___ Supplied records ___
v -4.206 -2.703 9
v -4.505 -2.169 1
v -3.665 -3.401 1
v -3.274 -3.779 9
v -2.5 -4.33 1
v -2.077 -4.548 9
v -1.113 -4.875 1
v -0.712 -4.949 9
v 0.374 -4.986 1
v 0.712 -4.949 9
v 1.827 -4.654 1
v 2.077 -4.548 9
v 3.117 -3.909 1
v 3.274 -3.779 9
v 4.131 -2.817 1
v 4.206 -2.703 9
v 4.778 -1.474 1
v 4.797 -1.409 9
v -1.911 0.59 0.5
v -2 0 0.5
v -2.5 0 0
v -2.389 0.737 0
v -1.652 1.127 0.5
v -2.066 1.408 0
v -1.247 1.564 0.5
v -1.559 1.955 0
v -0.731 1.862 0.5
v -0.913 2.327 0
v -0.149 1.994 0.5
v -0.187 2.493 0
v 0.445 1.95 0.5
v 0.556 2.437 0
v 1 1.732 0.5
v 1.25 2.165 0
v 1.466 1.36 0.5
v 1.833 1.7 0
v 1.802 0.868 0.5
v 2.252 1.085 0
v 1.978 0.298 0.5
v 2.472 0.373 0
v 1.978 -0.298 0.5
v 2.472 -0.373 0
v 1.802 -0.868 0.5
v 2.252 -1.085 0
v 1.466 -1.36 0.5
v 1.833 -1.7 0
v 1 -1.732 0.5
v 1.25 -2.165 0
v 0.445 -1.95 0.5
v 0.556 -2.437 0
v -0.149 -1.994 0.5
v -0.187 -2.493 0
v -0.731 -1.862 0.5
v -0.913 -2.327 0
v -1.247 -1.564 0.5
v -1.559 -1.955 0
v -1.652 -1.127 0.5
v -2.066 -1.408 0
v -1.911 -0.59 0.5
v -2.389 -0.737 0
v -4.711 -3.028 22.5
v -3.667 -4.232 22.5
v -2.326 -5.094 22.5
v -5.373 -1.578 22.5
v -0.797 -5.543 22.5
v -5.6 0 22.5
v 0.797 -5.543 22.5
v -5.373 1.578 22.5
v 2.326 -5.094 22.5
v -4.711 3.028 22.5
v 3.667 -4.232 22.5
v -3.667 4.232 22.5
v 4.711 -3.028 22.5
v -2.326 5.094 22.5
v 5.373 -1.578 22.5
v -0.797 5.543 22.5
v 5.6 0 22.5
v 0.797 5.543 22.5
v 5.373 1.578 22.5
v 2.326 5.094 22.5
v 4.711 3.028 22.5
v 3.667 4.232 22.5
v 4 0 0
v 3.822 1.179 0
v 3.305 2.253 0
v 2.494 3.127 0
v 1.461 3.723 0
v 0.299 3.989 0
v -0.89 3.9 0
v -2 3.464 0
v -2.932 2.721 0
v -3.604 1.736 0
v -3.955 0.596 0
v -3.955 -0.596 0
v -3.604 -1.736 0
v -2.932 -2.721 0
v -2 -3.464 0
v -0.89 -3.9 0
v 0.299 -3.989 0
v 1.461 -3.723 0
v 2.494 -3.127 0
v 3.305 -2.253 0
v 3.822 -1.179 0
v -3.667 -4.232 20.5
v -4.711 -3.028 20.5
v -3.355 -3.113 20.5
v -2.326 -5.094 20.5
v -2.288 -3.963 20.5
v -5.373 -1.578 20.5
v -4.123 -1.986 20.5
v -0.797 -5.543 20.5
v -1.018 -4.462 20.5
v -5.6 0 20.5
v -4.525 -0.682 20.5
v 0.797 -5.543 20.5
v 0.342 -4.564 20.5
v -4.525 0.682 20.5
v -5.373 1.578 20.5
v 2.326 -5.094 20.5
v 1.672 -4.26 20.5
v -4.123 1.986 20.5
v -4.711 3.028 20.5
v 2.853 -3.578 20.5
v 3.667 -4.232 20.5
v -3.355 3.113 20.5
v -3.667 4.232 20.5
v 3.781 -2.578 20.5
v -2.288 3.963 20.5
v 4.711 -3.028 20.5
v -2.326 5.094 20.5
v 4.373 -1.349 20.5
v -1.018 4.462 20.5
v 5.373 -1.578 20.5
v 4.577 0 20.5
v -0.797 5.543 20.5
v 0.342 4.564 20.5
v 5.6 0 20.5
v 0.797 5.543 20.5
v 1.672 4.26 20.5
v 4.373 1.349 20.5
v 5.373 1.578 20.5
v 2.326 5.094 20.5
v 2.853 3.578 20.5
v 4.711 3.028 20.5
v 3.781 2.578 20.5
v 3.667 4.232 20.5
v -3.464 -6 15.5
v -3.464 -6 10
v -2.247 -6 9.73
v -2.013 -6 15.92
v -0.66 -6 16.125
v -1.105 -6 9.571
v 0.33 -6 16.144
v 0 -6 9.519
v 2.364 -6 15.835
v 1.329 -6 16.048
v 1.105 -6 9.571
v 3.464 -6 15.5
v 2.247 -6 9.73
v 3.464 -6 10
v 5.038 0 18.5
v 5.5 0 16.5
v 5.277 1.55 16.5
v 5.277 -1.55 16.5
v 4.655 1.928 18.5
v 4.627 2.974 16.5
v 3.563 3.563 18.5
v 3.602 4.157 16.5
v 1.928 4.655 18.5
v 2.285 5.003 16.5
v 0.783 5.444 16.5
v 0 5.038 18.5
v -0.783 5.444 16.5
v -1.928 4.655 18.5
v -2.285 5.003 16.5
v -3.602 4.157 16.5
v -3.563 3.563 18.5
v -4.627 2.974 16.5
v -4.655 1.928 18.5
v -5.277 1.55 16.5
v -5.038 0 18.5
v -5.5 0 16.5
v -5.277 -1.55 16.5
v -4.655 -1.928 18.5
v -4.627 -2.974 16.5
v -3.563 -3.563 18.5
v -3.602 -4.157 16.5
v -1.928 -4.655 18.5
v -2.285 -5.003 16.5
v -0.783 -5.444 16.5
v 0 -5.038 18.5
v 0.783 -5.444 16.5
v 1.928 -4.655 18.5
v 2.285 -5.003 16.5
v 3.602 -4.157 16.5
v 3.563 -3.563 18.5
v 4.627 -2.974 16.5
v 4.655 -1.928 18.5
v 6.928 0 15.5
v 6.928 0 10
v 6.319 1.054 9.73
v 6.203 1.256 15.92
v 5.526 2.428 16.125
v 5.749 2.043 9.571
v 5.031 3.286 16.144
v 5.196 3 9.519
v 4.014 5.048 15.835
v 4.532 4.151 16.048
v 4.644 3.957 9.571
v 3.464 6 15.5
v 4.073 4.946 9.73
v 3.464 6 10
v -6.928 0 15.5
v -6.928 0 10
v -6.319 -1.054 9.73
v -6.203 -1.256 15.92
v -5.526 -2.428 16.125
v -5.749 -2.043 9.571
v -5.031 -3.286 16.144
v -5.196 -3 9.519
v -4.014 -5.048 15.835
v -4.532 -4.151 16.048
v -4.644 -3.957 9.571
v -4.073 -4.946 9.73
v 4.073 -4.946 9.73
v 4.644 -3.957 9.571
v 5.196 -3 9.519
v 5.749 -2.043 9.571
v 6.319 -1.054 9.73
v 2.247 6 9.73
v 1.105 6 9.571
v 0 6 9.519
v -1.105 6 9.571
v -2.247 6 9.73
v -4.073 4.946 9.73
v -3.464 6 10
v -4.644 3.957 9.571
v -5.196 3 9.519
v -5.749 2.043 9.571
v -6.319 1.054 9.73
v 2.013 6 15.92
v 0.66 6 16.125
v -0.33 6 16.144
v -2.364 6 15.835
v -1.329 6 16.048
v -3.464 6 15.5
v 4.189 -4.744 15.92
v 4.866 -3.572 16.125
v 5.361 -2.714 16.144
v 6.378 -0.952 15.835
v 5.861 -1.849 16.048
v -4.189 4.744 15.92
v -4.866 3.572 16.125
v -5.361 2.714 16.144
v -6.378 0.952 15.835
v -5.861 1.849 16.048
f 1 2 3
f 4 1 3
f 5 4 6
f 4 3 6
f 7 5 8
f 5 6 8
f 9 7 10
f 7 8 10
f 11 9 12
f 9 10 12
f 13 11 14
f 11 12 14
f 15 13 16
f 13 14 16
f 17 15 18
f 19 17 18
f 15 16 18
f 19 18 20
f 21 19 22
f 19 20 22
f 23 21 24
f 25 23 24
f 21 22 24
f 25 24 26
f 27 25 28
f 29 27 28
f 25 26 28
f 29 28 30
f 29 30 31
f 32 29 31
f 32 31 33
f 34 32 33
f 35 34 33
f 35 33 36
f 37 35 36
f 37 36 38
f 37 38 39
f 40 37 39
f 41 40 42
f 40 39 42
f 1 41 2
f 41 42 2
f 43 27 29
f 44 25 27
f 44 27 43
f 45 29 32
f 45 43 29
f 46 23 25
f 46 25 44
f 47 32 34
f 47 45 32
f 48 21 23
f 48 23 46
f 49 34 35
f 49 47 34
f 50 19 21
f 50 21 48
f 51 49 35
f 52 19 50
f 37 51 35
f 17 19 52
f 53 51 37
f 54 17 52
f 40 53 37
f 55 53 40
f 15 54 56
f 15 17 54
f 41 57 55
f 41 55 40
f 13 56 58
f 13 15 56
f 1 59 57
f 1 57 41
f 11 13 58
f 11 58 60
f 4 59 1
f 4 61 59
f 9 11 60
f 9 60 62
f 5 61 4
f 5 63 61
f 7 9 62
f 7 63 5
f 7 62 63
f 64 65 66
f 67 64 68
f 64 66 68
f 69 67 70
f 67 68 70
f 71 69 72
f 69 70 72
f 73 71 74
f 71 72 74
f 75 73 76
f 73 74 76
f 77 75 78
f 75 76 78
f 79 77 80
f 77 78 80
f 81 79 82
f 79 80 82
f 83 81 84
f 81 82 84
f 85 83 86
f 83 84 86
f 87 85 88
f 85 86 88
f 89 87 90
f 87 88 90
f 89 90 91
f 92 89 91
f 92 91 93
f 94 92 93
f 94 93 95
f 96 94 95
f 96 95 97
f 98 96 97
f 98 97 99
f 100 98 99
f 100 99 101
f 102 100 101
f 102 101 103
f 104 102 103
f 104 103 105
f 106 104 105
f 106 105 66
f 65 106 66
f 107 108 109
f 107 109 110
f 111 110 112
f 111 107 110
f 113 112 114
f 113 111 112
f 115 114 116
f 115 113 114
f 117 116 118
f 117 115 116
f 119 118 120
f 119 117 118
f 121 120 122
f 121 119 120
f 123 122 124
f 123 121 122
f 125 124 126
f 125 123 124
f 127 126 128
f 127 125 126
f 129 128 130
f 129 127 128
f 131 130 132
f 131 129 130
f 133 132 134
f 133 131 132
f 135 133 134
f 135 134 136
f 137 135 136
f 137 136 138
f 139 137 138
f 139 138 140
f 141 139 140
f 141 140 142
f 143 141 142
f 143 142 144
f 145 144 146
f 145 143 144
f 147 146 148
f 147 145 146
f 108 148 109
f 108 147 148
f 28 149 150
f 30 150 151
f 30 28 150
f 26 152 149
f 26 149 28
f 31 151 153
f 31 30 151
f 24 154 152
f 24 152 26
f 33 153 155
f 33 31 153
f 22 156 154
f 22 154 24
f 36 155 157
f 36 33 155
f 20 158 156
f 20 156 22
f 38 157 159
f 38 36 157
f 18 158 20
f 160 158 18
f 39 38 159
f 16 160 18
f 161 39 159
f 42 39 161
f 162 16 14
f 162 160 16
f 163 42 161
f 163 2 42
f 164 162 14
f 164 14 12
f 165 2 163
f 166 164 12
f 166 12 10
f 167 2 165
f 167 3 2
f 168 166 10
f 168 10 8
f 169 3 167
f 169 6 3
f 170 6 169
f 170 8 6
___
▶ **Problem requirements**:
Only the lines above from the one with "v 0.712 -4.949 9" up to and including the one with "v -2.326 5.094 20.5" should be repeated, exactly as written.

▶ **Solved problem**:
v 0.712 -4.949 9
v 1.827 -4.654 1
v 2.077 -4.548 9
v 3.117 -3.909 1
v 3.274 -3.779 9
v 4.131 -2.817 1
v 4.206 -2.703 9
v 4.778 -1.474 1
v 4.797 -1.409 9
v -1.911 0.59 0.5
v -2 0 0.5
v -2.5 0 0
v -2.389 0.737 0
v -1.652 1.127 0.5
v -2.066 1.408 0
v -1.247 1.564 0.5
v -1.559 1.955 0
v -0.731 1.862 0.5
v -0.913 2.327 0
v -0.149 1.994 0.5
v -0.187 2.493 0
v 0.445 1.95 0.5
v 0.556 2.437 0
v 1 1.732 0.5
v 1.25 2.165 0
v 1.466 1.36 0.5
v 1.833 1.7 0
v 1.802 0.868 0.5
v 2.252 1.085 0
v 1.978 0.298 0.5
v 2.472 0.373 0
v 1.978 -0.298 0.5
v 2.472 -0.373 0
v 1.802 -0.868 0.5
v 2.252 -1.085 0
v 1.466 -1.36 0.5
v 1.833 -1.7 0
v 1 -1.732 0.5
v 1.25 -2.165 0
v 0.445 -1.95 0.5
v 0.556 -2.437 0
v -0.149 -1.994 0.5
v -0.187 -2.493 0
v -0.731 -1.862 0.5
v -0.913 -2.327 0
v -1.247 -1.564 0.5
v -1.559 -1.955 0
v -1.652 -1.127 0.5
v -2.066 -1.408 0
v -1.911 -0.59 0.5
v -2.389 -0.737 0
v -4.711 -3.028 22.5
v -3.667 -4.232 22.5
v -2.326 -5.094 22.5
v -5.373 -1.578 22.5
v -0.797 -5.543 22.5
v -5.6 0 22.5
v 0.797 -5.543 22.5
v -5.373 1.578 22.5
v 2.326 -5.094 22.5
v -4.711 3.028 22.5
v 3.667 -4.232 22.5
v -3.667 4.232 22.5
v 4.711 -3.028 22.5
v -2.326 5.094 22.5
v 5.373 -1.578 22.5
v -0.797 5.543 22.5
v 5.6 0 22.5
v 0.797 5.543 22.5
v 5.373 1.578 22.5
v 2.326 5.094 22.5
v 4.711 3.028 22.5
v 3.667 4.232 22.5
v 4 0 0
v 3.822 1.179 0
v 3.305 2.253 0
v 2.494 3.127 0
v 1.461 3.723 0
v 0.299 3.989 0
v -0.89 3.9 0
v -2 3.464 0
v -2.932 2.721 0
v -3.604 1.736 0
v -3.955 0.596 0
v -3.955 -0.596 0
v -3.604 -1.736 0
v -2.932 -2.721 0
v -2 -3.464 0
v -0.89 -3.9 0
v 0.299 -3.989 0
v 1.461 -3.723 0
v 2.494 -3.127 0
v 3.305 -2.253 0
v 3.822 -1.179 0
v -3.667 -4.232 20.5
v -4.711 -3.028 20.5
v -3.355 -3.113 20.5
v -2.326 -5.094 20.5
v -2.288 -3.963 20.5
v -5.373 -1.578 20.5
v -4.123 -1.986 20.5
v -0.797 -5.543 20.5
v -1.018 -4.462 20.5
v -5.6 0 20.5
v -4.525 -0.682 20.5
v 0.797 -5.543 20.5
v 0.342 -4.564 20.5
v -4.525 0.682 20.5
v -5.373 1.578 20.5
v 2.326 -5.094 20.5
v 1.672 -4.26 20.5
v -4.123 1.986 20.5
v -4.711 3.028 20.5
v 2.853 -3.578 20.5
v 3.667 -4.232 20.5
v -3.355 3.113 20.5
v -3.667 4.232 20.5
v 3.781 -2.578 20.5
v -2.288 3.963 20.5
v 4.711 -3.028 20.5
v -2.326 5.094 20.5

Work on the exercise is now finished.